=== Collected data ===
━━━━━━━━━━━━━━━━━━━━━━━━━━━━━━

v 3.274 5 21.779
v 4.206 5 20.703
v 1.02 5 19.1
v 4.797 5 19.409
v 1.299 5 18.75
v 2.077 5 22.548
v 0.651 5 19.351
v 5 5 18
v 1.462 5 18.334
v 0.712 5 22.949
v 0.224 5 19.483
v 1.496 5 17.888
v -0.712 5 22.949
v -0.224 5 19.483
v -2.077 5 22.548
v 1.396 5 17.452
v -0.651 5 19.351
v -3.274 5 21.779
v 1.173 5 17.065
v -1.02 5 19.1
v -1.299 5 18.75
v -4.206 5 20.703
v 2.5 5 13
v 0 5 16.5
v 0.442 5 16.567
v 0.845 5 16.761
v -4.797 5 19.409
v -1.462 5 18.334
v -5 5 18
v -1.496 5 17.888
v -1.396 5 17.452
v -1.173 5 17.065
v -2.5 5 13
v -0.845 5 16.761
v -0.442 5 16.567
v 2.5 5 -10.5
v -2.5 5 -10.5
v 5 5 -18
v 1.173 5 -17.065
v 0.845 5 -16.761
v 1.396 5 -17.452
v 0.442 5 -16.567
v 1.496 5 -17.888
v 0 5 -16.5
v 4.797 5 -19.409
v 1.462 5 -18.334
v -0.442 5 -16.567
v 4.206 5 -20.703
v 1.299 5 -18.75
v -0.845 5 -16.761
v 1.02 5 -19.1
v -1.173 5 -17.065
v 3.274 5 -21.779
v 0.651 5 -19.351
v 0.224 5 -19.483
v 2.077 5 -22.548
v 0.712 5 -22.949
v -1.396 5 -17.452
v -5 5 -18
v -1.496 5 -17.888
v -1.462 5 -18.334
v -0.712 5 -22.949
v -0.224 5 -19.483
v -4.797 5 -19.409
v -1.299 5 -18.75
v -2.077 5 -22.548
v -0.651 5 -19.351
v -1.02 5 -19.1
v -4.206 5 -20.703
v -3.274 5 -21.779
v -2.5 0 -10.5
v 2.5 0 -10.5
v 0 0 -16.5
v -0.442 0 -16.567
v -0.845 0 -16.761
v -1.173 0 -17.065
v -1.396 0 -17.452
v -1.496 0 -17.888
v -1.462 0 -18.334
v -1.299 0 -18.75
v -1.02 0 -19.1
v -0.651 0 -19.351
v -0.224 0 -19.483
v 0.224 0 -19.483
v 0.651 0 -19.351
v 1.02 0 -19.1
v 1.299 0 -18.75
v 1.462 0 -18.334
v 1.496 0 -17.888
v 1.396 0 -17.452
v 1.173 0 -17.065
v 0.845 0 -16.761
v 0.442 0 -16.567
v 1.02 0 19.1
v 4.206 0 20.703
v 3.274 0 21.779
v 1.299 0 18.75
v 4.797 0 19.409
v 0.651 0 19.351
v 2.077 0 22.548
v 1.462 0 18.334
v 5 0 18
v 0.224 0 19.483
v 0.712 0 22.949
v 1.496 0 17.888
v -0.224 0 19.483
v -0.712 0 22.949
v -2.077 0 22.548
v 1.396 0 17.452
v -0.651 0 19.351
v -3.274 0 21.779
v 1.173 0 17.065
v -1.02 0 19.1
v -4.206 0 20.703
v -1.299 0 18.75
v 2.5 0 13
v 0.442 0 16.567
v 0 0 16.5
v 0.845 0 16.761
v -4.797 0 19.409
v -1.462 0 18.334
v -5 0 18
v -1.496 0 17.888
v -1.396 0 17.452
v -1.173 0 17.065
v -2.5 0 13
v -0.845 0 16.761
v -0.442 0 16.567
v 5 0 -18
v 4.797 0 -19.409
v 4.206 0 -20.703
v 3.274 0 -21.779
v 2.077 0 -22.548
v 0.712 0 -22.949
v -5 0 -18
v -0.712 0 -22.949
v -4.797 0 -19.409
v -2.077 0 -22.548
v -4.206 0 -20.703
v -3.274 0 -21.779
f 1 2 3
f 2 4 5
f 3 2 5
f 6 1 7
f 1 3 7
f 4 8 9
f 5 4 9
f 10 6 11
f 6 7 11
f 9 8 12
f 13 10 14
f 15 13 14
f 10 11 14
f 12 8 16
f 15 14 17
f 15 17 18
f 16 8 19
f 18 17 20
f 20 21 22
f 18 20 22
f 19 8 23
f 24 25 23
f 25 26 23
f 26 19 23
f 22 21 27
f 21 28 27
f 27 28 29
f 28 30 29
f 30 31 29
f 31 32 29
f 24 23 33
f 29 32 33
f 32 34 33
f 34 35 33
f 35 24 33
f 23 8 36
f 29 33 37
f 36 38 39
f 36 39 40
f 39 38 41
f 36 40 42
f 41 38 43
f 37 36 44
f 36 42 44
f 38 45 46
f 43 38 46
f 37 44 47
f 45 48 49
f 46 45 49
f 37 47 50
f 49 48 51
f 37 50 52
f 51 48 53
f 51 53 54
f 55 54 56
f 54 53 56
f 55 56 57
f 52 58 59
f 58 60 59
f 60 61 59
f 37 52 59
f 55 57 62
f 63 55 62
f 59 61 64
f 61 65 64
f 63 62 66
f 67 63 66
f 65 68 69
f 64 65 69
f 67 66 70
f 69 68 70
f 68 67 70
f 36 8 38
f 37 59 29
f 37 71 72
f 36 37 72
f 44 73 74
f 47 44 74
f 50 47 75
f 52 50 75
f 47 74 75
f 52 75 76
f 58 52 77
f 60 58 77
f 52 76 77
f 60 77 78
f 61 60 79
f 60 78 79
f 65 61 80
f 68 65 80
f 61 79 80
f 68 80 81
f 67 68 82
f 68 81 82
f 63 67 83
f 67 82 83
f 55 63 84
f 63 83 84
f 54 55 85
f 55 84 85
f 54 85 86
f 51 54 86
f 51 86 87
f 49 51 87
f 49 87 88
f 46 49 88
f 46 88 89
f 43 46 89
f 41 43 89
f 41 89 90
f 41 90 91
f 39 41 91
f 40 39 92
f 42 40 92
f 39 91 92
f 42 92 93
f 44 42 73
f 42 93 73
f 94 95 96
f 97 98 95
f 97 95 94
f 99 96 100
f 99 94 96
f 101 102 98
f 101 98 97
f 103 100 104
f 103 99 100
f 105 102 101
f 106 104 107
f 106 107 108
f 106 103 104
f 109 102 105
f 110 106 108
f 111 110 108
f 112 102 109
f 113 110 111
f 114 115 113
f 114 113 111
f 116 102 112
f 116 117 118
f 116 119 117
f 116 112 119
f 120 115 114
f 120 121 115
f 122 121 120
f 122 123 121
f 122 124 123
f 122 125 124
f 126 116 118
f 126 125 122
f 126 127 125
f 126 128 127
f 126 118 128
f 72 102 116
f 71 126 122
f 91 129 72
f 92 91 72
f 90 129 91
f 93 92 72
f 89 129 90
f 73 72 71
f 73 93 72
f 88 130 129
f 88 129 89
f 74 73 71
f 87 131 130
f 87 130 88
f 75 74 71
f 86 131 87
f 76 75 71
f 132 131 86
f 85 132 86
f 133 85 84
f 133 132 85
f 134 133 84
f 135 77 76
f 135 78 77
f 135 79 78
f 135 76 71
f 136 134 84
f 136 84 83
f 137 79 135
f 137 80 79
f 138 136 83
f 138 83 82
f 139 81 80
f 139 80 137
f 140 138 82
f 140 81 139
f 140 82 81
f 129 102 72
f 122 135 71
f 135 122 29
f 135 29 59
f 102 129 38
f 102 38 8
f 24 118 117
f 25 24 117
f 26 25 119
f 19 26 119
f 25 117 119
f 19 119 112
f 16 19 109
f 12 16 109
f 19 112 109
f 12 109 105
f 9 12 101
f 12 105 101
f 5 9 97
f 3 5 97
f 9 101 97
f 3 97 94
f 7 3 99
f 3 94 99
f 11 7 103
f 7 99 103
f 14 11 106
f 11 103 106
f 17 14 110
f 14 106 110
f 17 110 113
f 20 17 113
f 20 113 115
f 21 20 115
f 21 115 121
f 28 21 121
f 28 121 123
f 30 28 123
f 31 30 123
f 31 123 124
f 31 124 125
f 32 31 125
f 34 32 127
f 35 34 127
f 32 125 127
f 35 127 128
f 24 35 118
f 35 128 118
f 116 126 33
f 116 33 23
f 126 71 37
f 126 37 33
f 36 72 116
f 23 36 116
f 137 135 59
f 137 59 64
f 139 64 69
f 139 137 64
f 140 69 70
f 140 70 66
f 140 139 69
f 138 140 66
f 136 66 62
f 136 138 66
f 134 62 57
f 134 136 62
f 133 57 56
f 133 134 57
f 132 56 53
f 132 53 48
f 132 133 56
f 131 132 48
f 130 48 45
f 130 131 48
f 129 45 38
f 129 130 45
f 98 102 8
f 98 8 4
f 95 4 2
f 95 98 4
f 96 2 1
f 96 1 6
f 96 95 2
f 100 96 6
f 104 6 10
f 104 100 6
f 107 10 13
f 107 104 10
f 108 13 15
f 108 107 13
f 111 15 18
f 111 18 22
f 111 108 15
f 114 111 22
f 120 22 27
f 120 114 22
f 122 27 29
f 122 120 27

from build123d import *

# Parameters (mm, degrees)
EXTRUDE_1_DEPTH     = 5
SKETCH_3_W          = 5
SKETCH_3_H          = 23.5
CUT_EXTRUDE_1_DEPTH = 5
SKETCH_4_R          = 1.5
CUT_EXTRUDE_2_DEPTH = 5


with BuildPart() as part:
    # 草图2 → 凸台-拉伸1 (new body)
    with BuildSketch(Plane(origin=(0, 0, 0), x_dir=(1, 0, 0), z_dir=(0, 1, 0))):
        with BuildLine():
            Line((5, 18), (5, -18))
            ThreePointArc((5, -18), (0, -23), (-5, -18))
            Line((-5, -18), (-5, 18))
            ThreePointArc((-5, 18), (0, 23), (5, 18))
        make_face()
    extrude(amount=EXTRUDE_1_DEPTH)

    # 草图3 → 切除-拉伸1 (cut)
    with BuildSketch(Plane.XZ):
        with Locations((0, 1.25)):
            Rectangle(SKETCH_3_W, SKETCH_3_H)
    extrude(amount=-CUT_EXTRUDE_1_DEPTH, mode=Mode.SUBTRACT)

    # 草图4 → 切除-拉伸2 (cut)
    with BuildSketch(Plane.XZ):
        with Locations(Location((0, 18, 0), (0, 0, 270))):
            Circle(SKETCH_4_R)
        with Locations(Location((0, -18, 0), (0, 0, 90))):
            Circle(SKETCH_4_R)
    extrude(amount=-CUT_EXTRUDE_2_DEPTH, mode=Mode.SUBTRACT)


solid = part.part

━━━━━━━━━━━━━━━━━━━━━━━━━━━━━━

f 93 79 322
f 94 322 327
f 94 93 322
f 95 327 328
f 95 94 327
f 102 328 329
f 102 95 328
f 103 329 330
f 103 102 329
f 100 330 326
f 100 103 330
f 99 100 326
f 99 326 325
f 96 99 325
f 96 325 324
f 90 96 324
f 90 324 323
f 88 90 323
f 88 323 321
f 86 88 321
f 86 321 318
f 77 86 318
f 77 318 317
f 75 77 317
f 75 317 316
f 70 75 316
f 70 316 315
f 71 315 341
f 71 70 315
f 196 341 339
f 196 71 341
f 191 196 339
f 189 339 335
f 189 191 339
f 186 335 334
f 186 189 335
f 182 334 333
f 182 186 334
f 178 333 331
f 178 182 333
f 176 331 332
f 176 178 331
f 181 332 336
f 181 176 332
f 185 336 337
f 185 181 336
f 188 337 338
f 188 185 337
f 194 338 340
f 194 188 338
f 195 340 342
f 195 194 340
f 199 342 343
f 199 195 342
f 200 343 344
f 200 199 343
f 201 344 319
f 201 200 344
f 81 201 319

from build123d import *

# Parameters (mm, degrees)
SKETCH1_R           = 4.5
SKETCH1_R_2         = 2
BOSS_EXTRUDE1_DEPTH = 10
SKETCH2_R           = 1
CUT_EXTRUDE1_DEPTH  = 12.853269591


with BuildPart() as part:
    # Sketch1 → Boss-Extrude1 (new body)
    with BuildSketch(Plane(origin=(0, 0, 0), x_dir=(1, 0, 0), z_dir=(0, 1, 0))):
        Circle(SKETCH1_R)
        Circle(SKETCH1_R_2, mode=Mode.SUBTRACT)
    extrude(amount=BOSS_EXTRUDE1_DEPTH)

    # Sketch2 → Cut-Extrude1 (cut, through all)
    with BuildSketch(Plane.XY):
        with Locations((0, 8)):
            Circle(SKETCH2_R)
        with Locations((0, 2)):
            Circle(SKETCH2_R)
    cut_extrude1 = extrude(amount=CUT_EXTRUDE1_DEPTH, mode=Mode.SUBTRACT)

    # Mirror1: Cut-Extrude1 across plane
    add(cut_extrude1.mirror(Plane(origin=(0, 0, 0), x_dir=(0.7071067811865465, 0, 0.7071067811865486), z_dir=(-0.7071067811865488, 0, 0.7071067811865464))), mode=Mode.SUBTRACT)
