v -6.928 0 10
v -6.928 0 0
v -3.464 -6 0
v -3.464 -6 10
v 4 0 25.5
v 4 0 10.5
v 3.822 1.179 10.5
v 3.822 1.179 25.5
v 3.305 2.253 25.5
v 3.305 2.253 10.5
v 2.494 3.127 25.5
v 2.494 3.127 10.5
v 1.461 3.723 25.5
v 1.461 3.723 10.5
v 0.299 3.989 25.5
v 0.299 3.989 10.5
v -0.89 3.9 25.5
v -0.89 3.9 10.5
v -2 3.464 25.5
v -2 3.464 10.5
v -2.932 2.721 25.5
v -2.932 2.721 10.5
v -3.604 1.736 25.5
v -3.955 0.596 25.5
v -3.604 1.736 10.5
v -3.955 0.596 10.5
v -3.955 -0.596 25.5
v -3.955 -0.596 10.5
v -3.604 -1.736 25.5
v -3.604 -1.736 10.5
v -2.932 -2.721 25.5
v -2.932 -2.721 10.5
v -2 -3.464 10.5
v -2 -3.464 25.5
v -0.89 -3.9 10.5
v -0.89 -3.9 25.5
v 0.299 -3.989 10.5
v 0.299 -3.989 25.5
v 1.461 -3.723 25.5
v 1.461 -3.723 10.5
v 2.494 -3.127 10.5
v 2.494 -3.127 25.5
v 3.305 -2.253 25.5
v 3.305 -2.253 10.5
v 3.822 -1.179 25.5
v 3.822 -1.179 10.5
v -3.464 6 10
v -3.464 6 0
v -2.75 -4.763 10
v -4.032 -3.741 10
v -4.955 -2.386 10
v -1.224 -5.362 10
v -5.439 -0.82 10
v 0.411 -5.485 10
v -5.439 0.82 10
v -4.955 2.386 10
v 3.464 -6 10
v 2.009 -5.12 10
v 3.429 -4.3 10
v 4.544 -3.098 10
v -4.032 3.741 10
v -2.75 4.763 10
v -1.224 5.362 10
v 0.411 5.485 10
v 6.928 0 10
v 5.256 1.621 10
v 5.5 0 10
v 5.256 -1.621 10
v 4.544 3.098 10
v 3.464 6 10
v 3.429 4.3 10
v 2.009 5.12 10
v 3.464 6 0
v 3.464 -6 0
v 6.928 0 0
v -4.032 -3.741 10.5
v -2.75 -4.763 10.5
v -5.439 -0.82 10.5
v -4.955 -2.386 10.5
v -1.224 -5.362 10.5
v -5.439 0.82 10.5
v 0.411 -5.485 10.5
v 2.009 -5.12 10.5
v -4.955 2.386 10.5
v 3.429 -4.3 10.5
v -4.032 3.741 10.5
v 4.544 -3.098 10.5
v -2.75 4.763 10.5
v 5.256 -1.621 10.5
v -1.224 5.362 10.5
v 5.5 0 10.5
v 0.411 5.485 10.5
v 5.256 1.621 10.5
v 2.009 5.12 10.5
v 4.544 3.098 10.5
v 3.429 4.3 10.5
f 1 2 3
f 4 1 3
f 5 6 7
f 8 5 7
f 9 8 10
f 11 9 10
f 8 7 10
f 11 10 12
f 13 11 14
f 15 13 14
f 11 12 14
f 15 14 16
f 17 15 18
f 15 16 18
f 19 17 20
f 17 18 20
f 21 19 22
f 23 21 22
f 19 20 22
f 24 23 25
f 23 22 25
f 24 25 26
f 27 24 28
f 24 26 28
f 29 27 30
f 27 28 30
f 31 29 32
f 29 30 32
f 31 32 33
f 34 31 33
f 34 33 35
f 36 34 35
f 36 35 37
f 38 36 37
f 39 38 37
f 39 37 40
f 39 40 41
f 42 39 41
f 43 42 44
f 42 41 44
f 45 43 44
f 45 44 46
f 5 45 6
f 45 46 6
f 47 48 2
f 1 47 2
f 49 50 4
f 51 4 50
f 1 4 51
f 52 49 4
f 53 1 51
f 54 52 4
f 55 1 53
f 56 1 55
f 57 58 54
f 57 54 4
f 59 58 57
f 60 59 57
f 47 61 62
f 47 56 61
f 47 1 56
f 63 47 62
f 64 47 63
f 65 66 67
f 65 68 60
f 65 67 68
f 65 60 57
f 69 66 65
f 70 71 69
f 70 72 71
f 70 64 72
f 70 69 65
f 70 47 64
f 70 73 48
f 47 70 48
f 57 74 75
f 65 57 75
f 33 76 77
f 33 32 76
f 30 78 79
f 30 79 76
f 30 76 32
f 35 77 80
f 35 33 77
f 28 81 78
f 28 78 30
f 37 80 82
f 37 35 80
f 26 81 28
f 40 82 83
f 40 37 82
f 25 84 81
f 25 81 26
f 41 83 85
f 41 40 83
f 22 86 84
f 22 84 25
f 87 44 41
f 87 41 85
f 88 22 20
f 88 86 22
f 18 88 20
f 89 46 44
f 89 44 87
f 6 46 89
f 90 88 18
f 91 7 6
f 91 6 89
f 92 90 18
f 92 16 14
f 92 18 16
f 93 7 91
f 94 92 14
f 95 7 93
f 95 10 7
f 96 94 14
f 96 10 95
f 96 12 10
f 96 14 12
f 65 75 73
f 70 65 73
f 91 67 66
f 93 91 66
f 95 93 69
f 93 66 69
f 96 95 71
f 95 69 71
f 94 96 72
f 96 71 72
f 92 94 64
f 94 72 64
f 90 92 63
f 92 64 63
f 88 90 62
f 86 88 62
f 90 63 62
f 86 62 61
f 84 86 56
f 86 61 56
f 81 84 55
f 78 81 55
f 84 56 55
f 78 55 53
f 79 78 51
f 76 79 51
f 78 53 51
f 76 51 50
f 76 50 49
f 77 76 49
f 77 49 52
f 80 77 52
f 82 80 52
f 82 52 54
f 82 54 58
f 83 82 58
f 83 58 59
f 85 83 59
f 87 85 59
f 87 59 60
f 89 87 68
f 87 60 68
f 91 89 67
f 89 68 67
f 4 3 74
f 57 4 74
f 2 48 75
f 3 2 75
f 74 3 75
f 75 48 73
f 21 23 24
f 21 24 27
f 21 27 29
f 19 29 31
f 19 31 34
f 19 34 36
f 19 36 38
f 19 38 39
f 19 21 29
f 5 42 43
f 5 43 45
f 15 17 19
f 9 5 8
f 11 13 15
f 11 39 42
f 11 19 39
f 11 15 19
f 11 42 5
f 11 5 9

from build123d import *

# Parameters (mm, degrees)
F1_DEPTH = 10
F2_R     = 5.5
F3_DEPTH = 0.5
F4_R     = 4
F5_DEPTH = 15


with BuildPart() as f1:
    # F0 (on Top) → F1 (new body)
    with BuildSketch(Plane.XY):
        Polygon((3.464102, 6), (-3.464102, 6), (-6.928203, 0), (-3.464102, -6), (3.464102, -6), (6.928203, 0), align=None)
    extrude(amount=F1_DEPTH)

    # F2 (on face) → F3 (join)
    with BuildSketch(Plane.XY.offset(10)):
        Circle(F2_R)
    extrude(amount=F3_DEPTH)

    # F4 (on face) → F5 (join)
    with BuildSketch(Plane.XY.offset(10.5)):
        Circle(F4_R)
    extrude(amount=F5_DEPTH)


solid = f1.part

━━━━━━━━━━━━━━━━━━━━━━━━━━━━━━

Set down, exactly as they appear above, all lines from the one that has "v 3.274 5 21.779" down to the one that has "v 1.02 0 19.1", including those two and no others.

v 3.274 5 21.779
v 4.206 5 20.703
v 1.02 5 19.1
v 4.797 5 19.409
v 1.299 5 18.75
v 2.077 5 22.548
v 0.651 5 19.351
v 5 5 18
v 1.462 5 18.334
v 0.712 5 22.949
v 0.224 5 19.483
v 1.496 5 17.888
v -0.712 5 22.949
v -0.224 5 19.483
v -2.077 5 22.548
v 1.396 5 17.452
v -0.651 5 19.351
v -3.274 5 21.779
v 1.173 5 17.065
v -1.02 5 19.1
v -1.299 5 18.75
v -4.206 5 20.703
v 2.5 5 13
v 0 5 16.5
v 0.442 5 16.567
v 0.845 5 16.761
v -4.797 5 19.409
v -1.462 5 18.334
v -5 5 18
v -1.496 5 17.888
v -1.396 5 17.452
v -1.173 5 17.065
v -2.5 5 13
v -0.845 5 16.761
v -0.442 5 16.567
v 2.5 5 -10.5
v -2.5 5 -10.5
v 5 5 -18
v 1.173 5 -17.065
v 0.845 5 -16.761
v 1.396 5 -17.452
v 0.442 5 -16.567
v 1.496 5 -17.888
v 0 5 -16.5
v 4.797 5 -19.409
v 1.462 5 -18.334
v -0.442 5 -16.567
v 4.206 5 -20.703
v 1.299 5 -18.75
v -0.845 5 -16.761
v 1.02 5 -19.1
v -1.173 5 -17.065
v 3.274 5 -21.779
v 0.651 5 -19.351
v 0.224 5 -19.483
v 2.077 5 -22.548
v 0.712 5 -22.949
v -1.396 5 -17.452
v -5 5 -18
v -1.496 5 -17.888
v -1.462 5 -18.334
v -0.712 5 -22.949
v -0.224 5 -19.483
v -4.797 5 -19.409
v -1.299 5 -18.75
v -2.077 5 -22.548
v -0.651 5 -19.351
v -1.02 5 -19.1
v -4.206 5 -20.703
v -3.274 5 -21.779
v -2.5 0 -10.5
v 2.5 0 -10.5
v 0 0 -16.5
v -0.442 0 -16.567
v -0.845 0 -16.761
v -1.173 0 -17.065
v -1.396 0 -17.452
v -1.496 0 -17.888
v -1.462 0 -18.334
v -1.299 0 -18.75
v -1.02 0 -19.1
v -0.651 0 -19.351
v -0.224 0 -19.483
v 0.224 0 -19.483
v 0.651 0 -19.351
v 1.02 0 -19.1
v 1.299 0 -18.75
v 1.462 0 -18.334
v 1.496 0 -17.888
v 1.396 0 -17.452
v 1.173 0 -17.065
v 0.845 0 -16.761
v 0.442 0 -16.567
v 1.02 0 19.1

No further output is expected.